Resilient channel is shown in many of the Gypsum assembly manuals for fire protection. I assume it has a UL rating. There must be a standard.


Do you have test results that back up your claim that RC is worthless and
hat track with clips is far superior ?
Where would one find them.

Tycoon


----------



## Ted White

Cold Rolled steel framing construction members are all specified by the Steel Stud Manufacturers Association. Resilient Channel (RC-1 and RC-2) are not listed at all. Have a look: http://www.ssma.com/documents/ssmatechcatalog.pdf

If you were to run around and purchase many brands of resilient (RC-1) you would find many sizes, shapes and varieties. There is no standard, and you have no idea how they will perform. Tests reports that are referenced are for old USG channel that hasn't been manufactured for decades.

Dietrich, the worlds largest manufacturer of resilient channel, indicates that 85% of all resilient channel applications are done incorrectly. Short circuited, crushed, hung upside down, etc. 85%. That's their statistic.

Resilient Channel is the #1 soundproofing product involved in lawsuits. Acoustical consultants that offer their testimony in such court cases will tell you. There are many articles out there that are written by consultants and say the same thing.


----------



## Drywall Tycoon

Ted,

O.K. So we already know that 8.5 out of ten drywall hangers step on the channel to get on the bench. Fasten it to the walls with the nailing flange on top, allowing the bottom leg to come in contact with the studs. Butt the ends into the corner stud.

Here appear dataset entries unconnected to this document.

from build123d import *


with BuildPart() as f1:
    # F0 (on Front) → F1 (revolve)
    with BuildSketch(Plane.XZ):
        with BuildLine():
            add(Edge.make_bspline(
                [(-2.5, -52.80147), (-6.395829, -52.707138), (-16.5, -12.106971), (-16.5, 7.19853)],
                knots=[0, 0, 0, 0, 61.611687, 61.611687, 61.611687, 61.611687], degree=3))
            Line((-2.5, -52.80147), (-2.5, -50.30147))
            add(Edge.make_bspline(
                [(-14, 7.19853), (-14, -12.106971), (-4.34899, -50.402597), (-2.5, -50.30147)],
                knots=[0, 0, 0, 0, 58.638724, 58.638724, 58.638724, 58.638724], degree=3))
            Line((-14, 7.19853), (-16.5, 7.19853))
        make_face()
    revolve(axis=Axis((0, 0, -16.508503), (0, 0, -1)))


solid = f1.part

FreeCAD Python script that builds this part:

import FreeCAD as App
import Part
import Sketcher

doc = App.newDocument("Part")
body = doc.addObject("PartDesign::Body", "Body")

# Sketch on XZ plane
sketch1 = body.newObject("Sketcher::SketchObject", "Sketch")
sketch1.AttachmentSupport = (doc.getObject("XZ_Plane"), [""])
sketch1.MapMode = "FlatFace"
sketch1.addGeometry(Part.BSplineCurve([App.Vector(-2.5, -52.80147, 0), App.Vector(-6.395829, -52.707138, 0), App.Vector(-16.5, -12.106971, 0), App.Vector(-16.5, 7.19853, 0)], [4, 4], [0, 61.611687], False, 3, [1, 1, 1, 1], False), False)
sketch1.addGeometry(Part.LineSegment(App.Vector(-2.5, -52.80147, 0), App.Vector(-2.5, -50.30147, 0)), False)
sketch1.addGeometry(Part.BSplineCurve([App.Vector(-14, 7.19853, 0), App.Vector(-14, -12.106971, 0), App.Vector(-4.34899, -50.402597, 0), App.Vector(-2.5, -50.30147, 0)], [4, 4], [0, 58.638724], False, 3, [1, 1, 1, 1], False), False)
sketch1.addGeometry(Part.LineSegment(App.Vector(-14, 7.19853, 0), App.Vector(-16.5, 7.19853, 0)), False)
sketch1.addConstraint(Sketcher.Constraint("Block", 0))
sketch1.addConstraint(Sketcher.Constraint("Block", 2))
sketch1.addConstraint(Sketcher.Constraint("Coincident", 0, 1, 1, 1))
sketch1.addConstraint(Sketcher.Constraint("Coincident", 1, 2, 2, 2))
sketch1.addConstraint(Sketcher.Constraint("Coincident", 2, 1, 3, 1))
sketch1.addConstraint(Sketcher.Constraint("Coincident", 3, 2, 0, 2))
revolution = body.newObject("PartDesign::Revolution", "Revolution")
revolution.Profile = sketch1
revolution.ReferenceAxis = (sketch1, ["V_Axis"])
revolution.Angle = 360

doc.recompute()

How else can you screw it up?

But I have never seen an applicators manual come with a bundle of r.c. 1.
Most of the hangers can't read or don't care.

What's the miracle and percentage of hangers being able to install the clips and hat track perfectly. Sorry about high jacking this thread. Yes my intelligence was insulted.

Tycoon


----------



## [email protected]

The lack of conformity in RC and test data does make sense. Have my own sound issue now and Ted's info and phone conversation yesterday was reallyhelpful. Most of us have probably seen RC specced so often, we take for granted it being accepted. Another case of architects not knowing enough about their given trade, then we wind up misinformed.


----------



## [email protected]

Tycoon, no installer's manual comes with the board either, but that still no excuse. After doing some research on this, I see where Ted is coming from. Kind of the same as a one hour wall. Every one of us would do it a little different without a detail on the print. I looked up a UCC 313 once ( because the architect specced it but did not draw a detail) was astounded at the shear number of assemblies classified as one hour.

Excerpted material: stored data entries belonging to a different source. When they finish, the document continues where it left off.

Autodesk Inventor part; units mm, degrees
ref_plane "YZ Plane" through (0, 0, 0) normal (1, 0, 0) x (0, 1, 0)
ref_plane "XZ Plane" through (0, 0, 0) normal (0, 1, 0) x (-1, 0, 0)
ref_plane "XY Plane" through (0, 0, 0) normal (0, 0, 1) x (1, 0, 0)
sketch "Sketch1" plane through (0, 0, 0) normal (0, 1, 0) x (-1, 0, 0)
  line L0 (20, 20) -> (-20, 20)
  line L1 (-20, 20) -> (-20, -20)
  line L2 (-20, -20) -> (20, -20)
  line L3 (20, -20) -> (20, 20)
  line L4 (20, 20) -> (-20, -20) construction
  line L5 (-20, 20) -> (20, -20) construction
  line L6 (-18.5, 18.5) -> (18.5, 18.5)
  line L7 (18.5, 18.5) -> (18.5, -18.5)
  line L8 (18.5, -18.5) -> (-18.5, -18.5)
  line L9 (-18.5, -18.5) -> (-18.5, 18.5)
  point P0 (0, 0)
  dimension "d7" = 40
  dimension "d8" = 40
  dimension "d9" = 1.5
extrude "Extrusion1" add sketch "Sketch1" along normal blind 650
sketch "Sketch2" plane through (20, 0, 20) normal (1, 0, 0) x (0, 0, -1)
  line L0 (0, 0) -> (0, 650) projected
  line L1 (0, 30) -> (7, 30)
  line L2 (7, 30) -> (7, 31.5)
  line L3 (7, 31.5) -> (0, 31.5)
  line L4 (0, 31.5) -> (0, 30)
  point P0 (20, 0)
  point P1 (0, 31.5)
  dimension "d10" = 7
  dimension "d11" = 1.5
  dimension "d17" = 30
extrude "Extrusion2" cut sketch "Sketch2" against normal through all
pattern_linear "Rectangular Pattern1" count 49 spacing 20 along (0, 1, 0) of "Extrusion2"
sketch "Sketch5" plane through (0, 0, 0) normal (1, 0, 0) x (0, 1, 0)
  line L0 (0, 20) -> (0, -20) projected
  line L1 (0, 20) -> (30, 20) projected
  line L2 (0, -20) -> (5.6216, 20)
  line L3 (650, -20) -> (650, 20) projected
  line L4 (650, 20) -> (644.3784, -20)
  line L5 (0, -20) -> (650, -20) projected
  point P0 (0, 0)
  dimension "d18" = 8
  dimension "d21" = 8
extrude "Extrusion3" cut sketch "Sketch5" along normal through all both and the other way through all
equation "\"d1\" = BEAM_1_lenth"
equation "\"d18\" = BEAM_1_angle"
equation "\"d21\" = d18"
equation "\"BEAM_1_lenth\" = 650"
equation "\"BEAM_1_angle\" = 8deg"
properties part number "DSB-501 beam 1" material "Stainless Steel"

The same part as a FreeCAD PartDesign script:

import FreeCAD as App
import Part
import Sketcher
Q = App.Units.Quantity


def add_polygon(sketch, points):
    """Adds a closed chain of lines whose ends are joined by coincident constraints."""
    first, n = sketch.GeometryCount, len(points)
    for a, b in zip(points, points[1:] + points[:1]):
        sketch.addGeometry(Part.LineSegment(App.Vector(*a, 0), App.Vector(*b, 0)), False)
    for i in range(n):
        sketch.addConstraint(Sketcher.Constraint("Coincident", first + i, 2, first + (i + 1) % n, 1))

doc = App.newDocument("Part")
body = doc.addObject("PartDesign::Body", "Body")

sketch1 = doc.addObject("Sketcher::SketchObject", "Sketch")
body.addObject(sketch1)
sketch1.AttachmentSupport = (doc.XZ_Plane, [""])
sketch1.MapMode = "FlatFace"
add_polygon(sketch1, [(-20, -20), (-20, 20), (20, 20), (20, -20)])
add_polygon(sketch1, [(18, -18), (18, 18), (-18, 18), (-18, -18)])
sketch1.addConstraint(Sketcher.Constraint("Vertical", 0))
sketch1.addConstraint(Sketcher.Constraint("Horizontal", 1))
sketch1.addConstraint(Sketcher.Constraint("Vertical", 2))
sketch1.addConstraint(Sketcher.Constraint("Horizontal", 3))
sketch1.addConstraint(Sketcher.Constraint("Vertical", 4))
sketch1.addConstraint(Sketcher.Constraint("Horizontal", 5))
sketch1.addConstraint(Sketcher.Constraint("Vertical", 6))
sketch1.addConstraint(Sketcher.Constraint("Horizontal", 7))
sketch1.addConstraint(Sketcher.Constraint("Symmetric", 0, 2, 2, 2, -1, 1))
sketch1.addConstraint(Sketcher.Constraint("Symmetric", 4, 2, 6, 2, -1, 1))
sketch1.addConstraint(Sketcher.Constraint("Equal", 3, 0))
sketch1.addConstraint(Sketcher.Constraint("Equal", 7, 4))
sketch1.addConstraint(Sketcher.Constraint("DistanceX", 1, 1, 1, 2, Q("40 mm")))
sketch1.addConstraint(Sketcher.Constraint("DistanceX", 4, 2, 1, 2, Q("1.5 mm")))
pad1 = doc.addObject("PartDesign::Pad", "Pad")
body.addObject(pad1)
pad1.Profile = sketch1
pad1.Length = 650
pad1.Reversed = True

sketch2 = doc.addObject("Sketcher::SketchObject", "Sketch001")
body.addObject(sketch2)
sketch2.AttachmentSupport = (doc.YZ_Plane, [""])
sketch2.MapMode = "FlatFace"
sketch2.AttachmentOffset = App.Placement(App.Vector(0, 0, 20), App.Rotation())
add_polygon(sketch2, [(31.5, 20), (30, 20), (30, 13), (31.5, 13)])
sketch2.addConstraint(Sketcher.Constraint("Horizontal", 0))
sketch2.addConstraint(Sketcher.Constraint("Vertical", 1))
sketch2.addConstraint(Sketcher.Constraint("Horizontal", 2))
sketch2.addConstraint(Sketcher.Constraint("Vertical", 3))
sketch2.addConstraint(Sketcher.Constraint("DistanceY", 1, 2, 1, 1, Q("7 mm")))
sketch2.addConstraint(Sketcher.Constraint("DistanceX", 0, 2, 0, 1, Q("1.5 mm")))
sketch2.addConstraint(Sketcher.Constraint("DistanceX", -1, 1, 0, 2, Q("30 mm")))
sketch2.addConstraint(Sketcher.Constraint("DistanceY", -1, 1, 0, 2, Q("20 mm")))
pocket1 = doc.addObject("PartDesign::Pocket", "Pocket")
body.addObject(pocket1)
pocket1.Profile = sketch2
pocket1.Type = "ThroughAll"
doc.recompute()

linearpattern = doc.addObject("PartDesign::LinearPattern", "LinearPattern")
body.addObject(linearpattern)
linearpattern.Originals = [pocket1]
linearpattern.Direction = (doc.Y_Axis, [""])
linearpattern.Mode = "offset"
linearpattern.Offset = 20
linearpattern.Occurrences = 49
body.Tip = linearpattern

sketch3 = doc.addObject("Sketcher::SketchObject", "Sketch002")
body.addObject(sketch3)
sketch3.AttachmentSupport = (doc.YZ_Plane, [""])
sketch3.MapMode = "FlatFace"
add_polygon(sketch3, [(6, 20), (0, 20), (0, -20)])
add_polygon(sketch3, [(650, 20), (644, -20), (650, -20)])
sketch3.addConstraint(Sketcher.Constraint("Horizontal", 0))
sketch3.addConstraint(Sketcher.Constraint("Vertical", 1))
sketch3.addConstraint(Sketcher.Constraint("Horizontal", 4))
sketch3.addConstraint(Sketcher.Constraint("Vertical", 5))
sketch3.addConstraint(Sketcher.Constraint("Symmetric", 0, 2, 1, 2, -1, 1))
sketch3.addConstraint(Sketcher.Constraint("Parallel", 2, 3))
sketch3.addConstraint(Sketcher.Constraint("Horizontal", 1, 2, 3, 2))
sketch3.addConstraint(Sketcher.Constraint("Horizontal", 2, 2, 5, 2))
sketch3.addConstraint(Sketcher.Constraint("DistanceY", 1, 2, 1, 1, Q("40 mm")))
sketch3.addConstraint(Sketcher.Constraint("Angle", 2, Q("82 deg")))
sketch3.addConstraint(Sketcher.Constraint("DistanceX", -1, 1, 4, 2, Q("650 mm")))
pocket2 = doc.addObject("PartDesign::Pocket", "Pocket001")
body.addObject(pocket2)
pocket2.Profile = sketch3
pocket2.Type = "ThroughAll"
pocket2.Midplane = True

doc.recompute()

Turns out I was ignorant, not stupid.


----------



## Ted White

The Resilient Channel attempts to introduce a spring. A spring is a very good thing.



Drywall Tycoon said:


> How else can you screw it up?
> 
> Crush the channel and there is no spring
> 
> If the RC is a weak spring, you can easily overload it, where it will sag and stay there. No Spring
> 
> If the RC is too stiff, there will be no spring.
> 
> If you drive a screw through the drywall, through the channel and into a stud, this short circuit will lock the channel. No spring.
> 
> 
> What's the miracle and percentage of hangers being able to install the clips and hat track perfectly. The clips + channel (many manufacturers) cannot exhibit any of the issues mentioned. Much more forgiving and higher performance than standard RC-1.
> 
> Sorry about high jacking this thread. Yes my intelligence was insulted.
> 
> I'm hoping I didn't do that. My apologies if I did.
> 
> Tycoon





[email protected] said:


> The lack of conformity in RC and test data does make sense. Have my own sound issue now and Ted's info and phone conversation yesterday was really helpful. Most of us have probably seen RC specced so often, we take for granted it being accepted. Another case of architects not knowing enough about their given trade, then we wind up misinformed.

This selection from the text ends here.